→ TASK OBJECTIVE: In the records below, find the line holding "#134=FACE_BOUND('',#133,.T.);" and the line holding "#153=ORIENTED_EDGE('',*,*,#77,.F.);". Set down both, with every line between them, exactly.

··· EXTRACTED INFORMATION

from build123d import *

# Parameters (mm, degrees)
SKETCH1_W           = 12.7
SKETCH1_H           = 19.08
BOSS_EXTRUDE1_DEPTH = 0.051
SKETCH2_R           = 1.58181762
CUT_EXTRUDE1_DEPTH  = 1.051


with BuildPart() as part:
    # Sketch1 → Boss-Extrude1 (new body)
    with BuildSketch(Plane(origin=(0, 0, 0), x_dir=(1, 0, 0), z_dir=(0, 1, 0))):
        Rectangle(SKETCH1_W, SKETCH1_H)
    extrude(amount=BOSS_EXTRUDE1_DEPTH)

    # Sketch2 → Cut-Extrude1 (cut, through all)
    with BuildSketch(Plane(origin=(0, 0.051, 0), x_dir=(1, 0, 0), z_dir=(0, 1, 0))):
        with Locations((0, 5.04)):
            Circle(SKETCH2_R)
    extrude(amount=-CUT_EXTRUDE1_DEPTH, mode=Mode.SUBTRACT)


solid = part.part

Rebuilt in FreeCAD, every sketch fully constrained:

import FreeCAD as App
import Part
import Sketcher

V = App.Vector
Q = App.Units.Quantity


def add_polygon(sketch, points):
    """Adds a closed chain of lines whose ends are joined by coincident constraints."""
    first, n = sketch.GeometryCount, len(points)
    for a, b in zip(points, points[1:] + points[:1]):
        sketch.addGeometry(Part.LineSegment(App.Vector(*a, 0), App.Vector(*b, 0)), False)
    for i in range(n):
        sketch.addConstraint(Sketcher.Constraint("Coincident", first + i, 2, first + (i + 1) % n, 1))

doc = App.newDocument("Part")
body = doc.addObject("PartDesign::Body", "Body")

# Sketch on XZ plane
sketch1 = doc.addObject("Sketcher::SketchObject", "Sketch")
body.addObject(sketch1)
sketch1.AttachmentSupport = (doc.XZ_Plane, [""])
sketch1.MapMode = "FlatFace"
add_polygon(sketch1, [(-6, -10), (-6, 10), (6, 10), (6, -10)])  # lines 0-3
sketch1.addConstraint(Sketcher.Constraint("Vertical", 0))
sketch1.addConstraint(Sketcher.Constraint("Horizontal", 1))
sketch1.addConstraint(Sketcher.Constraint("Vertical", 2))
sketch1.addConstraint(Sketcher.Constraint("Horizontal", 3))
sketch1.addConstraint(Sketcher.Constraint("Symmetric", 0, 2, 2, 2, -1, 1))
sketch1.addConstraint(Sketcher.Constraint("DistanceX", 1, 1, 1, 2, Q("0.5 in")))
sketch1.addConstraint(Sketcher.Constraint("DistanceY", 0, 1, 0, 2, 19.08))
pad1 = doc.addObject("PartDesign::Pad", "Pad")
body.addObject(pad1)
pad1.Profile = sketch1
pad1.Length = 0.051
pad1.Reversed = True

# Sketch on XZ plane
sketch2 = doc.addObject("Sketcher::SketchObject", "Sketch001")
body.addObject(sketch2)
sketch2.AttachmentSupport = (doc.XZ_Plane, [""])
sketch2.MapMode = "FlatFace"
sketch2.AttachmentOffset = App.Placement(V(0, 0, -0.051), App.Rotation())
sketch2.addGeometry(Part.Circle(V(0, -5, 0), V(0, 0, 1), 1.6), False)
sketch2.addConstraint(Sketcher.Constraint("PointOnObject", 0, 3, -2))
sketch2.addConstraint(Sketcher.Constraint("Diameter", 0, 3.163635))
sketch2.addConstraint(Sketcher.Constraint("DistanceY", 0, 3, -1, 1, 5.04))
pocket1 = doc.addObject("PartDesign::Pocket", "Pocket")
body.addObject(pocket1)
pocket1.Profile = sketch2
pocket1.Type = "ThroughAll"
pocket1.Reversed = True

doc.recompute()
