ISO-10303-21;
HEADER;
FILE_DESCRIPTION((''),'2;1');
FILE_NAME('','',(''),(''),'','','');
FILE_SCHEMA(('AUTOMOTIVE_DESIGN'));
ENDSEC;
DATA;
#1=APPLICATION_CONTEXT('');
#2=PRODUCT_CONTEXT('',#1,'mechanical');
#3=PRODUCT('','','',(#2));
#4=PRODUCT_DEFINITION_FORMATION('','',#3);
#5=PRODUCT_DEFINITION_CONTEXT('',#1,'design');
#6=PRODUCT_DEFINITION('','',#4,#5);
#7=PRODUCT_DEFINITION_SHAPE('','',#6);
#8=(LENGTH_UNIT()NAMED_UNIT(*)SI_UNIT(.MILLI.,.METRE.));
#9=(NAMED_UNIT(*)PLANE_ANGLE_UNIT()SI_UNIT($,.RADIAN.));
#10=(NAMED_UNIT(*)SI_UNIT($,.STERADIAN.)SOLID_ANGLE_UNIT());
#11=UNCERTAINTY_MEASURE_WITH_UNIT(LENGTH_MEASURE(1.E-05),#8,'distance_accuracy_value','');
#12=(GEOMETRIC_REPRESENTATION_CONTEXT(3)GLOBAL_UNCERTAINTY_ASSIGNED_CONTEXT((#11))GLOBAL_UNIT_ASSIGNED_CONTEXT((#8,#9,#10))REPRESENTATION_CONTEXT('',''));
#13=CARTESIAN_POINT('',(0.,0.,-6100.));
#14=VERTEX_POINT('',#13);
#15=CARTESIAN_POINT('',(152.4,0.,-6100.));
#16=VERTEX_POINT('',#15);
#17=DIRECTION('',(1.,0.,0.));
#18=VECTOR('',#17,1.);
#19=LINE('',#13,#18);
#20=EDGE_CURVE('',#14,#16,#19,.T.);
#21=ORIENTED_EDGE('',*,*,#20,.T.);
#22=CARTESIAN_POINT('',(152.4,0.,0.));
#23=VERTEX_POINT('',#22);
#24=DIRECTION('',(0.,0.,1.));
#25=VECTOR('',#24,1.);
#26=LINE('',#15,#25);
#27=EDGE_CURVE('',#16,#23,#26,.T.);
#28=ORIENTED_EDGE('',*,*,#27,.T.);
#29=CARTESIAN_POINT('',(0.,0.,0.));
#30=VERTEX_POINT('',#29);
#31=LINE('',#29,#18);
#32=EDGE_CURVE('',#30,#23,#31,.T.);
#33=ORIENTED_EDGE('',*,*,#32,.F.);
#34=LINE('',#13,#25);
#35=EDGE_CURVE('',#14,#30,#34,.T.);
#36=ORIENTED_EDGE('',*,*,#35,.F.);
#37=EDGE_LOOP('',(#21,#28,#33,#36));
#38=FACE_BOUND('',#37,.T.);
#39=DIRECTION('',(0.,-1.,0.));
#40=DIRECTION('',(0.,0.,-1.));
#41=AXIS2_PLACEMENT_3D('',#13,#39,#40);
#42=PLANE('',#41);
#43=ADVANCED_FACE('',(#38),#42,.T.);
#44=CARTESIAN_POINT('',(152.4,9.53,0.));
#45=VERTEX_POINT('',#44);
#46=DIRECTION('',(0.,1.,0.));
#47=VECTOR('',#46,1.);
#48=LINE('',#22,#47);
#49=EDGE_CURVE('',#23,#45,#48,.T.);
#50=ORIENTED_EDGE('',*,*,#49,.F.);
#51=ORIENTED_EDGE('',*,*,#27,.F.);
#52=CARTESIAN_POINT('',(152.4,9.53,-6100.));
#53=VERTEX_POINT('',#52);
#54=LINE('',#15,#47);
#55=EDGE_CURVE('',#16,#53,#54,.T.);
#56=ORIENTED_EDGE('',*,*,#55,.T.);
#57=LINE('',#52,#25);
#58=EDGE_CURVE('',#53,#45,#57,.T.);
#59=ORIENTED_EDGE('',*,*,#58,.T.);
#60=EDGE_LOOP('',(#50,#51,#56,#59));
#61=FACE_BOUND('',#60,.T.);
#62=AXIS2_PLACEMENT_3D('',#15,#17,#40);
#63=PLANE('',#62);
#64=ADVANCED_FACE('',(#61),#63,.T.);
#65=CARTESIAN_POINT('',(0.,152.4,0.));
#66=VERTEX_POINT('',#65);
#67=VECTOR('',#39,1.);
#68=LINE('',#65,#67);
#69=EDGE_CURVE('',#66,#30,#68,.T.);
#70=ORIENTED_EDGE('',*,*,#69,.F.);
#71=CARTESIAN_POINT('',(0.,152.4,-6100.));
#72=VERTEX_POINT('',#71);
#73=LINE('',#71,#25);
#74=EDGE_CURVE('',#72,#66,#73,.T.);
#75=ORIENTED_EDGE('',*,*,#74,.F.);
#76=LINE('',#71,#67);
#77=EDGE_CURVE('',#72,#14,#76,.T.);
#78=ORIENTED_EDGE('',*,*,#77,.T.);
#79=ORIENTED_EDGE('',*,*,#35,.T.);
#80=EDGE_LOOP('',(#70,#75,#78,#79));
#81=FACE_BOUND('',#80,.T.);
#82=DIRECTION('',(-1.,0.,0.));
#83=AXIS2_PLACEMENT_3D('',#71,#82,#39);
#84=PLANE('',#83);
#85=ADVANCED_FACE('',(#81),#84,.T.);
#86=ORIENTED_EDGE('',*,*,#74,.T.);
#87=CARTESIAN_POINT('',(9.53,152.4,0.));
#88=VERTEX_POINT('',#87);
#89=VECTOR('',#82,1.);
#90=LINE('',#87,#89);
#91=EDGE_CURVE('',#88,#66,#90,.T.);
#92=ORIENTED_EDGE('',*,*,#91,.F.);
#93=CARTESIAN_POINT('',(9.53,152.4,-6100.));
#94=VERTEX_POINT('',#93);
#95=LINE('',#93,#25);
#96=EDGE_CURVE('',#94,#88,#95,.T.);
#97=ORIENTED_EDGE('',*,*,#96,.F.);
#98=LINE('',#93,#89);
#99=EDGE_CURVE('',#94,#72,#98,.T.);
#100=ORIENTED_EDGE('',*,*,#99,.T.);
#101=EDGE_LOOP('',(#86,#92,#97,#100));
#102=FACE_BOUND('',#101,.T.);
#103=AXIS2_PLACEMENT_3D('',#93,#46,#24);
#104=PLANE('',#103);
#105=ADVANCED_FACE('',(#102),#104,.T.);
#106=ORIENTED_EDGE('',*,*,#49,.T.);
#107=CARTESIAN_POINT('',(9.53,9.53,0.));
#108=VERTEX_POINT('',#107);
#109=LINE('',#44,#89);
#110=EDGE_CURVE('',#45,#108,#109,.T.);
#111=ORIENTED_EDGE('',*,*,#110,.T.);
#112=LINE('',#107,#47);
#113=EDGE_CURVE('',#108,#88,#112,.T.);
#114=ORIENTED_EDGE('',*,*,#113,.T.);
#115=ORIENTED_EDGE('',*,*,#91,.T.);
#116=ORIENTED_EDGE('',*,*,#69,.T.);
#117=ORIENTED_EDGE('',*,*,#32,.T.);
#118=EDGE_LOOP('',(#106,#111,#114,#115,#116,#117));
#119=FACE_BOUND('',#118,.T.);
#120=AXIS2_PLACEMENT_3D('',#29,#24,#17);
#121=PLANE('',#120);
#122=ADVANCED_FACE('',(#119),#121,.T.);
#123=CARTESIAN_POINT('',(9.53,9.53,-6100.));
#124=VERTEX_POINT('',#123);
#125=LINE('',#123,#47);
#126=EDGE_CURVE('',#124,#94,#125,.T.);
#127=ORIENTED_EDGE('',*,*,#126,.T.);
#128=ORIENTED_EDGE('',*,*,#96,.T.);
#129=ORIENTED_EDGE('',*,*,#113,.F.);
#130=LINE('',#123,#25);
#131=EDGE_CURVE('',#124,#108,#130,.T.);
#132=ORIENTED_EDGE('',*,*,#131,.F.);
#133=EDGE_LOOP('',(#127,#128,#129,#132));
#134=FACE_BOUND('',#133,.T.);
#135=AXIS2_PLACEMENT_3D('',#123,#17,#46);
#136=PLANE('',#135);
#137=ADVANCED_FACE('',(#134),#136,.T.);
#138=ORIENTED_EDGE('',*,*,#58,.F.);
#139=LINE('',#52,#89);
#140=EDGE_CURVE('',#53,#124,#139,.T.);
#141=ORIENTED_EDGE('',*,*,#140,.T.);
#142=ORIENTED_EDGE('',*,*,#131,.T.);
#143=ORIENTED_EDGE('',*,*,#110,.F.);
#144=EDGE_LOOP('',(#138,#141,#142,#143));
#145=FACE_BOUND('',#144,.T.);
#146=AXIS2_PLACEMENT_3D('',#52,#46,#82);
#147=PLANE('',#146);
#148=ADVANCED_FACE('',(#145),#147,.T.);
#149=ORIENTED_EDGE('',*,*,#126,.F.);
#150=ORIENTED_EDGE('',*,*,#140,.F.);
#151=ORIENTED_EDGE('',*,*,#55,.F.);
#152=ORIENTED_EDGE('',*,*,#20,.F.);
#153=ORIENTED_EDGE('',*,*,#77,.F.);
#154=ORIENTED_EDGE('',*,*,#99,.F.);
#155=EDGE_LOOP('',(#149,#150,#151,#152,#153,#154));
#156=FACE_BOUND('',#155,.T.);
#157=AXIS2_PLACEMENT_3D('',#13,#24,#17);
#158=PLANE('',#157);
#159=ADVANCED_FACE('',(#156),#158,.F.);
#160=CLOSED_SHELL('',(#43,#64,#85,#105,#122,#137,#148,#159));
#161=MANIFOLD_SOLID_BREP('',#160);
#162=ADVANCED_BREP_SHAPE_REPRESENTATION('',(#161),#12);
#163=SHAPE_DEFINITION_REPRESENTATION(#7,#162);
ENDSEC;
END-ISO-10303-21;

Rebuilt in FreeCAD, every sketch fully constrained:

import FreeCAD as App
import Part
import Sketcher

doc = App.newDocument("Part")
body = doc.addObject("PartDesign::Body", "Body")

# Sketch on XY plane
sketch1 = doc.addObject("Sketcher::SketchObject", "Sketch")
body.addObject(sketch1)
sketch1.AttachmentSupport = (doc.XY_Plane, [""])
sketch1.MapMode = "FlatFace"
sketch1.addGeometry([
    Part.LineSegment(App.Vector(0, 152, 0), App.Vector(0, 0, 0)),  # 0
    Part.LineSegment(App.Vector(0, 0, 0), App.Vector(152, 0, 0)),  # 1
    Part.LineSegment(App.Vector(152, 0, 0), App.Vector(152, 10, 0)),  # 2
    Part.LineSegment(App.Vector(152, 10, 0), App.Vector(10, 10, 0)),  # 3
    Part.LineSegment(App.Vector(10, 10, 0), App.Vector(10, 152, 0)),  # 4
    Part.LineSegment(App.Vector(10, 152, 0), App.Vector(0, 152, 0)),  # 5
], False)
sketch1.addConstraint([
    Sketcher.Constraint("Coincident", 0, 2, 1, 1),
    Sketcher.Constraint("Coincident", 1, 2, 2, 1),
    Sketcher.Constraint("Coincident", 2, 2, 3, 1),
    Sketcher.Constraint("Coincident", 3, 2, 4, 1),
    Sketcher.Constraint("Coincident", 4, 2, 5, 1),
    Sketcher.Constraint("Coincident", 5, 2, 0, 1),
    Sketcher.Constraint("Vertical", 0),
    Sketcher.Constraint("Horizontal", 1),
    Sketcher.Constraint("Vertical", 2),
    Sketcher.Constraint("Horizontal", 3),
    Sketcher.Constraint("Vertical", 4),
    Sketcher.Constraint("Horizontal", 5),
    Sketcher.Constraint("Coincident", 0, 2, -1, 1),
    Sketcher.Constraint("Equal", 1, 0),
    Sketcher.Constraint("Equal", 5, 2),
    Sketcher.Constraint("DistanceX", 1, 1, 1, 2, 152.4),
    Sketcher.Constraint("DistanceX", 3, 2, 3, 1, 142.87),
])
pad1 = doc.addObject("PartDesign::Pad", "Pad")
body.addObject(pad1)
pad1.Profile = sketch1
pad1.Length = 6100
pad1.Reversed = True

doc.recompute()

······
··· EXTRACTED INFORMATION

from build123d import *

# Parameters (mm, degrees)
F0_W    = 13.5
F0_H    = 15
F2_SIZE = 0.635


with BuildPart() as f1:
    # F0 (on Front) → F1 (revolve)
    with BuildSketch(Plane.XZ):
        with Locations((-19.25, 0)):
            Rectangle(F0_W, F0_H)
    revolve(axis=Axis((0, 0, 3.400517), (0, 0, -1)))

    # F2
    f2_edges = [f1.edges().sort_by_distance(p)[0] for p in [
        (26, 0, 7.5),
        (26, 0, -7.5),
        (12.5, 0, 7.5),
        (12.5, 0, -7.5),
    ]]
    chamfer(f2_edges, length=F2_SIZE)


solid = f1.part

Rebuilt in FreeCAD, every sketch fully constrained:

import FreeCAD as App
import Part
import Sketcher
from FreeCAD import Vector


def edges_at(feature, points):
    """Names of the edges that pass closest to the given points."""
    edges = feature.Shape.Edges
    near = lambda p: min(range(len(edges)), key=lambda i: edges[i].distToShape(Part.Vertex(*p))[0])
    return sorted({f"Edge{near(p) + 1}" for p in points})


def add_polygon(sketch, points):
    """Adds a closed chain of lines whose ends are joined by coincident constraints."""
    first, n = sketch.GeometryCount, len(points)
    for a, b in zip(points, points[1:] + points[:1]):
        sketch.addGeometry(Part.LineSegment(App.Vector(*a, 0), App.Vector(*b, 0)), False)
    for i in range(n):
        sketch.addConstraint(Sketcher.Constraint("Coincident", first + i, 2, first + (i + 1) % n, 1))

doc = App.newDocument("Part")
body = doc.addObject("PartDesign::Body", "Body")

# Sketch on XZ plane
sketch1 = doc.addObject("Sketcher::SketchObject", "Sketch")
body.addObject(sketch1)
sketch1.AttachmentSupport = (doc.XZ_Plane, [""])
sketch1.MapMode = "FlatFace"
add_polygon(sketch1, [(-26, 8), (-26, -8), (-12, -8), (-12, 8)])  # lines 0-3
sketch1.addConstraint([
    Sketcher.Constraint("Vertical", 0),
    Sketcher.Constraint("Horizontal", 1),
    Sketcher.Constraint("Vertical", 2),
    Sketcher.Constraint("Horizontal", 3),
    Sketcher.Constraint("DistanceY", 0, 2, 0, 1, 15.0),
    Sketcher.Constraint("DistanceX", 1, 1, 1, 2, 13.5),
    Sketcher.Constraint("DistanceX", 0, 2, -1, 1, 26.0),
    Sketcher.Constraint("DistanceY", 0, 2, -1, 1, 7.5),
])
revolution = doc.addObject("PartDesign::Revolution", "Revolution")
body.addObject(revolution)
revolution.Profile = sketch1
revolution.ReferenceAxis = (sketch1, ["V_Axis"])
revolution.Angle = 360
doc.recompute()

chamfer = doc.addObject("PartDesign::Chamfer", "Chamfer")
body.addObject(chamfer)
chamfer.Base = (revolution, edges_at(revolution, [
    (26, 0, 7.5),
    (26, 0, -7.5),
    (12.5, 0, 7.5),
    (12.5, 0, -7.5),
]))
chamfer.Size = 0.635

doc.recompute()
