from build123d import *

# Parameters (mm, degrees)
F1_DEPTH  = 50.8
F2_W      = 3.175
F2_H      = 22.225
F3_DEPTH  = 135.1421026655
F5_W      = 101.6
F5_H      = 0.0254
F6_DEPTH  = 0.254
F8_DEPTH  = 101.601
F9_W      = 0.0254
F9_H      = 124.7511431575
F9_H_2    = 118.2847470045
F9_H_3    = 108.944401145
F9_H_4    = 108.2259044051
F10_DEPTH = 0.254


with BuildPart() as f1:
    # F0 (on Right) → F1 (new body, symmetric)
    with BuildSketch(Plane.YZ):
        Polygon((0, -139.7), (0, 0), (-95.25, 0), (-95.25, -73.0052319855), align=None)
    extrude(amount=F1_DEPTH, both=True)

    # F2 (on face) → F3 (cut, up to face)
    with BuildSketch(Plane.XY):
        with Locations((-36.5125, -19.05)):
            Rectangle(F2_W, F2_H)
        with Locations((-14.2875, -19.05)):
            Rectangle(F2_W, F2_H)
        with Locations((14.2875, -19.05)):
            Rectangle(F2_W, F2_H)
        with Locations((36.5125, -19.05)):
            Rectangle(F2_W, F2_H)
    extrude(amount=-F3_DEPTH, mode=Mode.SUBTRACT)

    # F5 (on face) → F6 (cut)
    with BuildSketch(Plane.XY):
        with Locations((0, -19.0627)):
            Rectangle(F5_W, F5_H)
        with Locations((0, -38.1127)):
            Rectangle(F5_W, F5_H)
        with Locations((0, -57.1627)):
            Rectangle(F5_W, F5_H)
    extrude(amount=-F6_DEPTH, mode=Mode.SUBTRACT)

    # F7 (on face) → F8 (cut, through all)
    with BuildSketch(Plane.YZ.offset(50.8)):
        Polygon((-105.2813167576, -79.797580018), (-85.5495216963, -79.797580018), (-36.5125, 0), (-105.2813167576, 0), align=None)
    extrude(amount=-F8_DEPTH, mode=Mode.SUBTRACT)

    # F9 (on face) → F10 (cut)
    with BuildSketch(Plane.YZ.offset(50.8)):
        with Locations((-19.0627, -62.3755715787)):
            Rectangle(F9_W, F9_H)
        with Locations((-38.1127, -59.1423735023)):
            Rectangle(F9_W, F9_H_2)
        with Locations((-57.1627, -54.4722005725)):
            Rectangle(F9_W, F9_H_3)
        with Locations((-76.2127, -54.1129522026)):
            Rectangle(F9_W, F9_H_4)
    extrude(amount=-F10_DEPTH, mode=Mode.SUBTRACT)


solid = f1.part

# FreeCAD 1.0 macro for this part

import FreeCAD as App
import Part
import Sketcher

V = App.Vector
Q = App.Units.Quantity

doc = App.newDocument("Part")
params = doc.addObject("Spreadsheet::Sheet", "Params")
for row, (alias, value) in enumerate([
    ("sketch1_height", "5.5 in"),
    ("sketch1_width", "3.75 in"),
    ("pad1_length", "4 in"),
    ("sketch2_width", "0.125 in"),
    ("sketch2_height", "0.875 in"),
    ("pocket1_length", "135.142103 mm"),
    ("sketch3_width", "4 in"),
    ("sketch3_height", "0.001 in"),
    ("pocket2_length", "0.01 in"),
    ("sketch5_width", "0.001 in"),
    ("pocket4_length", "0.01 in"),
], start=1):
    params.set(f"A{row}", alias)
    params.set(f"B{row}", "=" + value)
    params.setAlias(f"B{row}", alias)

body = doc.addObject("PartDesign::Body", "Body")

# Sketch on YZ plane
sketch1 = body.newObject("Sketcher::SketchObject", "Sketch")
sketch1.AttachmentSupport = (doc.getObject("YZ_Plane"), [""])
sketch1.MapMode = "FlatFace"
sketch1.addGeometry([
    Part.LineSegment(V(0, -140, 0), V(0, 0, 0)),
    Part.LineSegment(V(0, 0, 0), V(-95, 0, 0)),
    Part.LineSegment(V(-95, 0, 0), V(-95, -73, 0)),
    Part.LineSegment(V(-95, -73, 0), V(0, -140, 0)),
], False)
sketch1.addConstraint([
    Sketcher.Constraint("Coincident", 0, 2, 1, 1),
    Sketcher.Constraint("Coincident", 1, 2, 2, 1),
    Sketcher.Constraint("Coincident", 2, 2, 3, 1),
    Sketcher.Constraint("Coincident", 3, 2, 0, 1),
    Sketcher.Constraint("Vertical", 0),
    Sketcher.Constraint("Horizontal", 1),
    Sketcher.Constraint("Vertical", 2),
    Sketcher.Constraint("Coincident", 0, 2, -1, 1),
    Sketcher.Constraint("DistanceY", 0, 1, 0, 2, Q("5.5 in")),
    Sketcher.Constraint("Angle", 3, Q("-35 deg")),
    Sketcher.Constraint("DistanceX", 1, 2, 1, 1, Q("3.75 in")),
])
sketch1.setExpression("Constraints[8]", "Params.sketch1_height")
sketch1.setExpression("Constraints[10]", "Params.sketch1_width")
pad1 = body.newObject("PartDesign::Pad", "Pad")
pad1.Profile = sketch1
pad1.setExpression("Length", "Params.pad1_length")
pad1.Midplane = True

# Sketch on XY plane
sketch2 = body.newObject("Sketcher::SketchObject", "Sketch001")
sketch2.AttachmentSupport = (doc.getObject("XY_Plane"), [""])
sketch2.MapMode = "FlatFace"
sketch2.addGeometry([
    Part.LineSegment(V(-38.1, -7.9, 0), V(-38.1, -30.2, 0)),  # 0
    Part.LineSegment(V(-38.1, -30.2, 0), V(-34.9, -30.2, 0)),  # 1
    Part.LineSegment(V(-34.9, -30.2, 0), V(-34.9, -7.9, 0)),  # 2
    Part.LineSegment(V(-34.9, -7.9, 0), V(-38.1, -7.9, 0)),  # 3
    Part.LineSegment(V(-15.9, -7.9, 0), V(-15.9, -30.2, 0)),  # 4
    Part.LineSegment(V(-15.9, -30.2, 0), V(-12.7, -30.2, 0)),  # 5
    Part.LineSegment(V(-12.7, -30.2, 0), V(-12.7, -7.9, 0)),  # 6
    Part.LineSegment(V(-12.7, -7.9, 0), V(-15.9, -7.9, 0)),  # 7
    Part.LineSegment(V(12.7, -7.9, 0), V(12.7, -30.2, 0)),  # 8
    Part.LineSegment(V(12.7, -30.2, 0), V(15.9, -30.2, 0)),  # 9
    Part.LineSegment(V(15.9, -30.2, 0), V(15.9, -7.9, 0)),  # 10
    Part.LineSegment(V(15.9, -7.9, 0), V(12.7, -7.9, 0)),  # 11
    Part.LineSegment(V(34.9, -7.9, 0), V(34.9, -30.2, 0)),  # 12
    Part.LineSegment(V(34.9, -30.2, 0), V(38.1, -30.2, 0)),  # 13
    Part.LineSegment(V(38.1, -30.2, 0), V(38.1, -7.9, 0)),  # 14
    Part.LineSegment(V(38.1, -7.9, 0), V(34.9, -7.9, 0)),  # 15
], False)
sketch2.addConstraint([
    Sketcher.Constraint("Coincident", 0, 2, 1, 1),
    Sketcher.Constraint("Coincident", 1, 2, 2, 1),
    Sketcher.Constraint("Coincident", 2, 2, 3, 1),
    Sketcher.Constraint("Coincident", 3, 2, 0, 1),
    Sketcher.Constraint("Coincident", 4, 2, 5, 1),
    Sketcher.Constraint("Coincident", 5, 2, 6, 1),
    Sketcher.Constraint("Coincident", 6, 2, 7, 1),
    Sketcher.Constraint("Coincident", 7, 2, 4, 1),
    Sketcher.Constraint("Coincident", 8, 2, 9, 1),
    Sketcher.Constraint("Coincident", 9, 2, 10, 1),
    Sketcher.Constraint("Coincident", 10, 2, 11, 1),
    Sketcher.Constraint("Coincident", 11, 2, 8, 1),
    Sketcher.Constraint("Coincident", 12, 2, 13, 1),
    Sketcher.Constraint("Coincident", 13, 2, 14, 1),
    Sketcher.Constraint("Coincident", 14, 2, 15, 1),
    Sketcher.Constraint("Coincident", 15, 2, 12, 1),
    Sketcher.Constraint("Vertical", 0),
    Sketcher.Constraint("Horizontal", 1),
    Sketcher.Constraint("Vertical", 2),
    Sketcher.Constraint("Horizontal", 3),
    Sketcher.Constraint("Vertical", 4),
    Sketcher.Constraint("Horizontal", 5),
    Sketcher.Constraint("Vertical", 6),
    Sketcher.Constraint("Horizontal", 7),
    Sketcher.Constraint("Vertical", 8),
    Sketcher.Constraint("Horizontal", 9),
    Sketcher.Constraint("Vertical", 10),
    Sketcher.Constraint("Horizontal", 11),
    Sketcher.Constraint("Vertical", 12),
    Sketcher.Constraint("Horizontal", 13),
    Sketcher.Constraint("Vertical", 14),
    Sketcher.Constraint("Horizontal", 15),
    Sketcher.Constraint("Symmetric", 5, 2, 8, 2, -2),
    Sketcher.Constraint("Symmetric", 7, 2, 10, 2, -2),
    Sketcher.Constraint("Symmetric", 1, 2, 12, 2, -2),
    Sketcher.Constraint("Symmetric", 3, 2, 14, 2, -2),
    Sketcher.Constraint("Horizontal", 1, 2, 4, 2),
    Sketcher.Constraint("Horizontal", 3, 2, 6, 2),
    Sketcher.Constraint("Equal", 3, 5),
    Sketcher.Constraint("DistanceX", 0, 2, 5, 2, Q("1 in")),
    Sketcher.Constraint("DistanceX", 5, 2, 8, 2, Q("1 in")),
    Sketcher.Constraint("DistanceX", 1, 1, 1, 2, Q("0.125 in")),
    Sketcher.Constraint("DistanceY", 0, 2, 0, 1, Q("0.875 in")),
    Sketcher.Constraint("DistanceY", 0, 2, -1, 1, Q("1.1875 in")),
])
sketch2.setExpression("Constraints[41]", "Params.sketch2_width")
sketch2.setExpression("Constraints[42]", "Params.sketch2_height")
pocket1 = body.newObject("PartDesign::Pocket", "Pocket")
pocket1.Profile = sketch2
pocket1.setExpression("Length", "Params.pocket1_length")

······

→ SOLUTION:
#134=FACE_BOUND('',#133,.T.);
#135=AXIS2_PLACEMENT_3D('',#123,#17,#46);
#136=PLANE('',#135);
#137=ADVANCED_FACE('',(#134),#136,.T.);
#138=ORIENTED_EDGE('',*,*,#58,.F.);
#139=LINE('',#52,#89);
#140=EDGE_CURVE('',#53,#124,#139,.T.);
#141=ORIENTED_EDGE('',*,*,#140,.T.);
#142=ORIENTED_EDGE('',*,*,#131,.T.);
#143=ORIENTED_EDGE('',*,*,#110,.F.);
#144=EDGE_LOOP('',(#138,#141,#142,#143));
#145=FACE_BOUND('',#144,.T.);
#146=AXIS2_PLACEMENT_3D('',#52,#46,#82);
#147=PLANE('',#146);
#148=ADVANCED_FACE('',(#145),#147,.T.);
#149=ORIENTED_EDGE('',*,*,#126,.F.);
#150=ORIENTED_EDGE('',*,*,#140,.F.);
#151=ORIENTED_EDGE('',*,*,#55,.F.);
#152=ORIENTED_EDGE('',*,*,#20,.F.);
#153=ORIENTED_EDGE('',*,*,#77,.F.);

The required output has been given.